Frequently Asked Questions
What is the difference between LocalAI and Ollama?
Ollama is a focused LLM runner with a clean CLI, automatic model management, and an OpenAI-compatible API — optimized purely for text generation. LocalAI is a broader multi-modal inference server covering LLMs, Whisper transcription, Stable Diffusion image generation, and TTS through one API. Ollama is easier to use for LLM-only tasks. LocalAI is the right choice when you need to replace multiple OpenAI API capabilities (not just chat) with a single self-hosted endpoint.
Can I use LocalAI as a drop-in replacement for the OpenAI Python SDK?
Yes. Set `base_url='http://your-server:8080/v1'` and `api_key='any-string'` in the OpenAI Python client. All API calls that LocalAI supports — chat completions, embeddings, image generation, and transcription — will route to your local server. Your application code, prompts, and parameters stay unchanged. The only limitation is that LocalAI does not support every OpenAI feature (e.g., Assistants API, file uploads, fine-tuning) — check the LocalAI documentation for the current compatibility list.

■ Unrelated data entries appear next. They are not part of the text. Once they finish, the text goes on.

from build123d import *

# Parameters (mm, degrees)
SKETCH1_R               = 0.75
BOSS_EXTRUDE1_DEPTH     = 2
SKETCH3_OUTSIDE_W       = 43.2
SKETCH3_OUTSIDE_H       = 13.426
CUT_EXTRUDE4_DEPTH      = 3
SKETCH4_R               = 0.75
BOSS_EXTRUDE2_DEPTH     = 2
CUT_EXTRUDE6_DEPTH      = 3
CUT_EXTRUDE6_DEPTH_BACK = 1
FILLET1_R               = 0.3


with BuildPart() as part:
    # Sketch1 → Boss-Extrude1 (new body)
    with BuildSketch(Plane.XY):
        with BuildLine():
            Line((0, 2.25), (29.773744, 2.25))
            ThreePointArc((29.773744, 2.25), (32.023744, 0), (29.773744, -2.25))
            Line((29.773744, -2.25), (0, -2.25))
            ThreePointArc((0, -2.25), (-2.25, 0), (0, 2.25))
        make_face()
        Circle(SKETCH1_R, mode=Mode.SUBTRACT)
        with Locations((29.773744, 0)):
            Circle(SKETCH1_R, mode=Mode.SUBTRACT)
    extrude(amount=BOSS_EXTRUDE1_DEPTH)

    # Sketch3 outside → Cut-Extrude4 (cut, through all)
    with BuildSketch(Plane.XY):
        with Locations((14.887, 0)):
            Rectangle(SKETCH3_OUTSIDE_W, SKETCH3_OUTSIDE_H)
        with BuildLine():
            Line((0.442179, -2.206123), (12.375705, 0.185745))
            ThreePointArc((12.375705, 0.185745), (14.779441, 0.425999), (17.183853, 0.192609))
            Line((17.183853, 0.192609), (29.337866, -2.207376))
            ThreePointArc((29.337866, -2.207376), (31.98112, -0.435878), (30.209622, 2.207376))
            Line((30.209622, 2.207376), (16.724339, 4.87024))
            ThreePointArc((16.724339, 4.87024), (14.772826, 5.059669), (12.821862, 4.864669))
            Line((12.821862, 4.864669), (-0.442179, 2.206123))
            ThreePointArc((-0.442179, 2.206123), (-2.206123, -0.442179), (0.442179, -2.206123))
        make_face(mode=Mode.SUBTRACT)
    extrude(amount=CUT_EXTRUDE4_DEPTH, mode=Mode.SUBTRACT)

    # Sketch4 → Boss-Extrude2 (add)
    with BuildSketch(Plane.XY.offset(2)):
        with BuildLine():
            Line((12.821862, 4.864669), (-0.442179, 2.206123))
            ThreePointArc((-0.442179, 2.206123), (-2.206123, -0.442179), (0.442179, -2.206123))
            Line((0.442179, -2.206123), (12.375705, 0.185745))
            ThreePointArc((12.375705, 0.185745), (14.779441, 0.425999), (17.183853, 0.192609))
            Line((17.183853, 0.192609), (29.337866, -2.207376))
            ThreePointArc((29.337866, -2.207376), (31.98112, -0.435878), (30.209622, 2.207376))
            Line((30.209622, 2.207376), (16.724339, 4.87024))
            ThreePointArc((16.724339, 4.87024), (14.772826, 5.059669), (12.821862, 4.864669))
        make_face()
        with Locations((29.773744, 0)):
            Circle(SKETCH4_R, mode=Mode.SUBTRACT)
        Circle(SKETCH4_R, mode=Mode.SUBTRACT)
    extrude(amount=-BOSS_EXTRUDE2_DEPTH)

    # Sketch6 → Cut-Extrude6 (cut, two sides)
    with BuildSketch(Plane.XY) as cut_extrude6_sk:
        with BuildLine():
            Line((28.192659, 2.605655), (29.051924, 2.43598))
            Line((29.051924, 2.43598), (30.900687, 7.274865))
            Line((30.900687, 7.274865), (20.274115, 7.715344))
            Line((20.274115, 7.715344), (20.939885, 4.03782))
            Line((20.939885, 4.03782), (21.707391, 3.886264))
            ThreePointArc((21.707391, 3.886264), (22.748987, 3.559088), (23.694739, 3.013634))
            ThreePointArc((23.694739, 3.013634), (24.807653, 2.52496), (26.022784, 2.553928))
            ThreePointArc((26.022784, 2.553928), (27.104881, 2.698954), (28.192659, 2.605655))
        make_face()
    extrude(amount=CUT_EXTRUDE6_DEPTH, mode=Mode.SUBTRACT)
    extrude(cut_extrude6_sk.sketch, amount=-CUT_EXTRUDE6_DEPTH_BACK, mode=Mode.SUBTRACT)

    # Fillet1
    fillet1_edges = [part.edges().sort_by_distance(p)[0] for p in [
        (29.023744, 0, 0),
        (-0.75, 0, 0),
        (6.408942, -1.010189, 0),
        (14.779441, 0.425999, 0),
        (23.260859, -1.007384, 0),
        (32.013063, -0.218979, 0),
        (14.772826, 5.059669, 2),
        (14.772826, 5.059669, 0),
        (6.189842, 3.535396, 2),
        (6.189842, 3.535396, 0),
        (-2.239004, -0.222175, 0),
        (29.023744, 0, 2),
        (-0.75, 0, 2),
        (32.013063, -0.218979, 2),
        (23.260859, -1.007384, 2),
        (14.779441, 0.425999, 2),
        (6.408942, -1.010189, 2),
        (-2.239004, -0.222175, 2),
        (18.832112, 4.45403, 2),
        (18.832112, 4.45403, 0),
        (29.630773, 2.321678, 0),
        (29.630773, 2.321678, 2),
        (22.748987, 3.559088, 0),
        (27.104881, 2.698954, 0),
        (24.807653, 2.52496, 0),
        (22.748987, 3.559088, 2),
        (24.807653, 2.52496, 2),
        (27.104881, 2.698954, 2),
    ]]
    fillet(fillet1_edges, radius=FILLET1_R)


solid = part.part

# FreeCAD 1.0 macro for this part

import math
import FreeCAD as App
import Part
import Sketcher

V = App.Vector
Q = App.Units.Quantity


def edges_at(feature, points):
    """Names of the edges that pass closest to the given points."""
    edges = feature.Shape.Edges
    near = lambda p: min(range(len(edges)), key=lambda i: edges[i].distToShape(Part.Vertex(*p))[0])
    return sorted({f"Edge{near(p) + 1}" for p in points})

doc = App.newDocument("Part")
body = doc.addObject("PartDesign::Body", "Body")

sketch1 = body.newObject("Sketcher::SketchObject", "Sketch")
sketch1.AttachmentSupport = (doc.getObject("XY_Plane"), [""])
sketch1.MapMode = "FlatFace"
sketch1.addGeometry(Part.LineSegment(V(29.773744, 2.25, 0), V(0, 2.25, 0)), False)
sketch1.addGeometry(Part.ArcOfCircle(Part.Circle(V(0, 0, 0), V(0, 0, 1), 2.25), math.radians(90), math.radians(270)), False)
sketch1.addGeometry(Part.LineSegment(V(0, -2.25, 0), V(29.773744, -2.25, 0)), False)
sketch1.addGeometry(Part.ArcOfCircle(Part.Circle(V(29.773744, 0, 0), V(0, 0, 1), 2.25), math.radians(-90), math.radians(90)), False)
sketch1.addGeometry(Part.Circle(V(29.773744, 0, 0), V(0, 0, 1), 0.75), False)
sketch1.addGeometry(Part.Circle(V(0, 0, 0), V(0, 0, 1), 0.75), False)
sketch1.addConstraint(Sketcher.Constraint("Tangent", 0, 2, 1, 1))
sketch1.addConstraint(Sketcher.Constraint("Tangent", 1, 2, 2, 1))
sketch1.addConstraint(Sketcher.Constraint("Tangent", 2, 2, 3, 1))
sketch1.addConstraint(Sketcher.Constraint("Tangent", 3, 2, 0, 1))
sketch1.addConstraint(Sketcher.Constraint("Horizontal", 0))
sketch1.addConstraint(Sketcher.Constraint("Horizontal", 2))
sketch1.addConstraint(Sketcher.Constraint("Coincident", 1, 3, -1, 1))
sketch1.addConstraint(Sketcher.Constraint("Coincident", 5, 3, -1, 1))
sketch1.addConstraint(Sketcher.Constraint("Coincident", 4, 3, 3, 3))
sketch1.addConstraint(Sketcher.Constraint("Equal", 4, 5))
sketch1.addConstraint(Sketcher.Constraint("Diameter", 4, Q("1.5 mm")))
sketch1.addConstraint(Sketcher.Constraint("Radius", 1, Q("2.25 mm")))
sketch1.addConstraint(Sketcher.Constraint("DistanceX", 0, 2, 0, 1, Q("29.773744 mm")))
pad1 = body.newObject("PartDesign::Pad", "Pad")
pad1.Profile = sketch1
pad1.Length = 2

sketch2 = body.newObject("Sketcher::SketchObject", "Sketch001")
sketch2.AttachmentSupport = (doc.getObject("XY_Plane"), [""])
sketch2.MapMode = "FlatFace"
sketch2.addGeometry(Part.LineSegment(V(-6.713, 6.713, 0), V(-6.713, -6.713, 0)), False)
sketch2.addGeometry(Part.LineSegment(V(-6.713, -6.713, 0), V(36.487, -6.713, 0)), False)
sketch2.addGeometry(Part.LineSegment(V(36.487, -6.713, 0), V(36.487, 6.713, 0)), False)
sketch2.addGeometry(Part.LineSegment(V(36.487, 6.713, 0), V(-6.713, 6.713, 0)), False)
sketch2.addGeometry(Part.LineSegment(V(12.375705, 0.185745, 0), V(0.442179, -2.206123, 0)), False)
sketch2.addGeometry(Part.ArcOfCircle(Part.Circle(V(0, 0, 0), V(0, 0, 1), 2.25), math.radians(101.333764), math.radians(281.333764)), False)
sketch2.addGeometry(Part.LineSegment(V(-0.442179, 2.206123, 0), V(12.821862, 4.864669, 0)), False)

How do I add a new model to LocalAI?
The easiest way is using the model gallery API: send a POST to /models/apply with the gallery model ID. LocalAI downloads the GGUF file and creates the YAML configuration automatically. Alternatively, place a GGUF file in the models directory and create a matching YAML file defining the model name, backend (llama-cpp), and parameters. Restart LocalAI after adding models manually. Use `curl http://localhost:8080/v1/models` to verify the model appears in the list.
Does LocalAI support Whisper for speech transcription?
Yes. Download a Whisper model via the gallery API (e.g., whisper-1 maps to the medium model). Then send audio files to /v1/audio/transcriptions using the same format as the OpenAI Whisper API. LocalAI accepts WAV, MP3, and OGG formats. For best accuracy, use 16kHz mono WAV. The medium Whisper model requires about 1.5 GB of RAM/VRAM. The large-v3 model gives near-human accuracy but needs 5+ GB VRAM.
Can LocalAI generate images like DALL-E?
Yes. LocalAI supports Stable Diffusion through its /v1/images/generations endpoint, which mirrors the OpenAI DALL-E API. Add a Stable Diffusion model from the gallery and send POST requests with a text prompt, size, and number of images. Existing code that calls `openai.images.generate()` works without changes. Image generation on CPU is extremely slow (5–30 min per image); a GPU with 6+ GB VRAM produces images in 10–60 seconds depending on steps and resolution.
What model format does LocalAI use?
LocalAI primarily uses GGUF format models for LLMs (processed by the llama.cpp backend). GGUF supports quantization levels from Q2 to Q8 — Q4_K_M is the recommended balance of quality and speed. For Whisper, it uses Whisper GGML format models. For Stable Diffusion, it uses safetensors or ckpt model files. All major open-source LLMs available on Hugging Face have GGUF quantized versions provided by community contributors like TheBloke.
How does LocalAI handle multiple concurrent requests?
LocalAI queues requests when a model is busy — concurrent requests are processed sequentially by default for each model. You can configure parallel slots per model in the YAML config to allow limited concurrency at the cost of higher memory usage. For high-concurrency production scenarios, running multiple LocalAI instances behind a load balancer, or switching to vLLM for the LLM workload, is more appropriate. LocalAI is best suited for low-to-medium concurrency use cases.
How do I update LocalAI without losing my models?
Run `docker compose pull && docker compose up -d` in your LocalAI directory. Model files in the models directory volume are not affected by image updates — only the LocalAI binary and dependencies change. After updating, verify that all models still appear in `GET /v1/models` and test a chat completion. Check the LocalAI GitHub releases for breaking changes in model YAML configuration format before major version upgrades, as the config schema occasionally changes.